- _TASK PROMPT_
Below are lines of data; restate word for word those running from the line containing "#54=CARTESIAN_POINT('',(0.,40.386233,26.9875));" to the line containing "#65=FACE_BOUND('',#64,.T.);", inclusive, and no others.

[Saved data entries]
★ ★ ★ ★ ★ ★ ★

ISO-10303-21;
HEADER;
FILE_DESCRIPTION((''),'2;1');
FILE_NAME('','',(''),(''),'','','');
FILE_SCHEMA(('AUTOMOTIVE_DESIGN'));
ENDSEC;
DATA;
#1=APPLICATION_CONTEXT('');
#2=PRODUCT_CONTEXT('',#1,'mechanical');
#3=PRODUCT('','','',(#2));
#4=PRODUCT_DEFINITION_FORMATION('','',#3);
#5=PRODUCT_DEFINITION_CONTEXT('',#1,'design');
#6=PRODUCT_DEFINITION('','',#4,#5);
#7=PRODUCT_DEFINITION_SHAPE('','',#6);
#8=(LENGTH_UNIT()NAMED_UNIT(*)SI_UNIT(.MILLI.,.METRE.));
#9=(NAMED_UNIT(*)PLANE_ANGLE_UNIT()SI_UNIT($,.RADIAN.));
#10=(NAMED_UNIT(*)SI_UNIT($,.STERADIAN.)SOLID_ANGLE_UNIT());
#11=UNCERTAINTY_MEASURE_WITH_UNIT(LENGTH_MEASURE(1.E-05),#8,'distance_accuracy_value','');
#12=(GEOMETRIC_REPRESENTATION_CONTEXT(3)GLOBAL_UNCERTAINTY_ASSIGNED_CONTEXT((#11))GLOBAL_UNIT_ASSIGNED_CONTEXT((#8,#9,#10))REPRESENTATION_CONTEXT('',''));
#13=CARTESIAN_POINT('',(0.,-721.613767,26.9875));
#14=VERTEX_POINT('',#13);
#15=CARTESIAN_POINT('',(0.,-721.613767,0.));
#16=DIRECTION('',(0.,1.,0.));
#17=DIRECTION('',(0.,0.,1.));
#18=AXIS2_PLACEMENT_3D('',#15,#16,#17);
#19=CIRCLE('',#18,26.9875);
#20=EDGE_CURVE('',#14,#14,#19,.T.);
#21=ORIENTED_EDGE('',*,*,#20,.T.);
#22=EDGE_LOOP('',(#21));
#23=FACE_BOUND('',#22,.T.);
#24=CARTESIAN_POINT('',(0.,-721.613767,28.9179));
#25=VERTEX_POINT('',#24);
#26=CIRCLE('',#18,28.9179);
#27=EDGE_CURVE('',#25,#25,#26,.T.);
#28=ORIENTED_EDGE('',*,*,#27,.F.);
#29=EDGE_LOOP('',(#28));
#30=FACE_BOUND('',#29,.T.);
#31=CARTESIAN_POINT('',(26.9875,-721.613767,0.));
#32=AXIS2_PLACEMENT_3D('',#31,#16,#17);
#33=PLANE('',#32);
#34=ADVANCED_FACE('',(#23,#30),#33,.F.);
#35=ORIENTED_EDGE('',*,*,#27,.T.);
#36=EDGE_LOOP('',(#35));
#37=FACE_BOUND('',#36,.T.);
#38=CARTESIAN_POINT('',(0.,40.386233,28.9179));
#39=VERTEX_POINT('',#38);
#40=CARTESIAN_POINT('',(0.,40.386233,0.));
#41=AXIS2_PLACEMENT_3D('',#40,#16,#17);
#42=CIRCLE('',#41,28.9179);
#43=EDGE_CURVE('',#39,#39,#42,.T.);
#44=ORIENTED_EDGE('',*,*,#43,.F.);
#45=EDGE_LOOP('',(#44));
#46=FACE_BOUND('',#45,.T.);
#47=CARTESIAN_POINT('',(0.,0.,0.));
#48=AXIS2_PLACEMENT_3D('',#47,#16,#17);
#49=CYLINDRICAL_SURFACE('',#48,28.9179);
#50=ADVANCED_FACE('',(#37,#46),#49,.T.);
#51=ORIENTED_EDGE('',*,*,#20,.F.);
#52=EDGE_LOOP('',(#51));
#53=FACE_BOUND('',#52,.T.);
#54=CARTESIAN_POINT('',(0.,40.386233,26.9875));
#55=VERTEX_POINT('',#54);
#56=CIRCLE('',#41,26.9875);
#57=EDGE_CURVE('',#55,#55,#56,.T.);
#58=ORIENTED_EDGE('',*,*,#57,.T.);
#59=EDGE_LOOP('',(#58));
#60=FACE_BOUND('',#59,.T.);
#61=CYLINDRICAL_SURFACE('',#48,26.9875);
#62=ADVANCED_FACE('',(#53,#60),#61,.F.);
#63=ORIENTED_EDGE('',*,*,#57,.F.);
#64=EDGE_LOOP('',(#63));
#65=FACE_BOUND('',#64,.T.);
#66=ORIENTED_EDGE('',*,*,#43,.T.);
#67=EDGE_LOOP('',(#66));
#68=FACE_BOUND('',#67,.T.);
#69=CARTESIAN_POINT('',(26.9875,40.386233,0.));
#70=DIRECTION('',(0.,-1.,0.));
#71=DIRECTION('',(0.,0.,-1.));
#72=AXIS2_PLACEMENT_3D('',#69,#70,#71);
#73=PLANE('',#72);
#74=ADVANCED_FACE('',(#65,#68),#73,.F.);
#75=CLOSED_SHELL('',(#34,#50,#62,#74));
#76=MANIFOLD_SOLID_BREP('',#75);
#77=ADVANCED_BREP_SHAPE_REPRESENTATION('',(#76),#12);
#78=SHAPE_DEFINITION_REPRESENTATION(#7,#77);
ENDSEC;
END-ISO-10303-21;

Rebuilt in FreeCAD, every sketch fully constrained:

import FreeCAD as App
import Part
import Sketcher
from FreeCAD import Vector
Q = App.Units.Quantity


def add_polygon(sketch, points):
    """Adds a closed chain of lines whose ends are joined by coincident constraints."""
    first, n = sketch.GeometryCount, len(points)
    for a, b in zip(points, points[1:] + points[:1]):
        sketch.addGeometry(Part.LineSegment(App.Vector(*a, 0), App.Vector(*b, 0)), False)
    for i in range(n):
        sketch.addConstraint(Sketcher.Constraint("Coincident", first + i, 2, first + (i + 1) % n, 1))

doc = App.newDocument("Part")
body = doc.addObject("PartDesign::Body", "Body")

sketch1 = body.newObject("Sketcher::SketchObject", "Sketch")
sketch1.AttachmentSupport = (doc.getObject("XY_Plane"), [""])
sketch1.MapMode = "FlatFace"
add_polygon(sketch1, [(26.9875, 40.386233), (26.9875, -721.613767), (28.9179, -721.613767), (28.9179, 40.386233)])
sketch1.addConstraint(Sketcher.Constraint("Vertical", 0))
sketch1.addConstraint(Sketcher.Constraint("Horizontal", 1))
sketch1.addConstraint(Sketcher.Constraint("Vertical", 2))
sketch1.addConstraint(Sketcher.Constraint("Horizontal", 3))
sketch1.addConstraint(Sketcher.Constraint("DistanceY", 0, 2, 0, 1, Q("30 in")))
sketch1.addConstraint(Sketcher.Constraint("DistanceX", 1, 1, 1, 2, Q("0.076 in")))
sketch1.addConstraint(Sketcher.Constraint("DistanceX", -1, 1, 0, 2, Q("1.0625 in")))
sketch1.addConstraint(Sketcher.Constraint("DistanceY", 0, 2, -1, 1, Q("721.613767 mm")))
revolution = body.newObject("PartDesign::Revolution", "Revolution")
revolution.Profile = sketch1
revolution.ReferenceAxis = (sketch1, ["V_Axis"])
revolution.Angle = 360

doc.recompute()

★ ★ ★ ★ ★ ★ ★

- _WRITTEN ANSWER_
#54=CARTESIAN_POINT('',(0.,40.386233,26.9875));
#55=VERTEX_POINT('',#54);
#56=CIRCLE('',#41,26.9875);
#57=EDGE_CURVE('',#55,#55,#56,.T.);
#58=ORIENTED_EDGE('',*,*,#57,.T.);
#59=EDGE_LOOP('',(#58));
#60=FACE_BOUND('',#59,.T.);
#61=CYLINDRICAL_SURFACE('',#48,26.9875);
#62=ADVANCED_FACE('',(#53,#60),#61,.F.);
#63=ORIENTED_EDGE('',*,*,#57,.F.);
#64=EDGE_LOOP('',(#63));
#65=FACE_BOUND('',#64,.T.);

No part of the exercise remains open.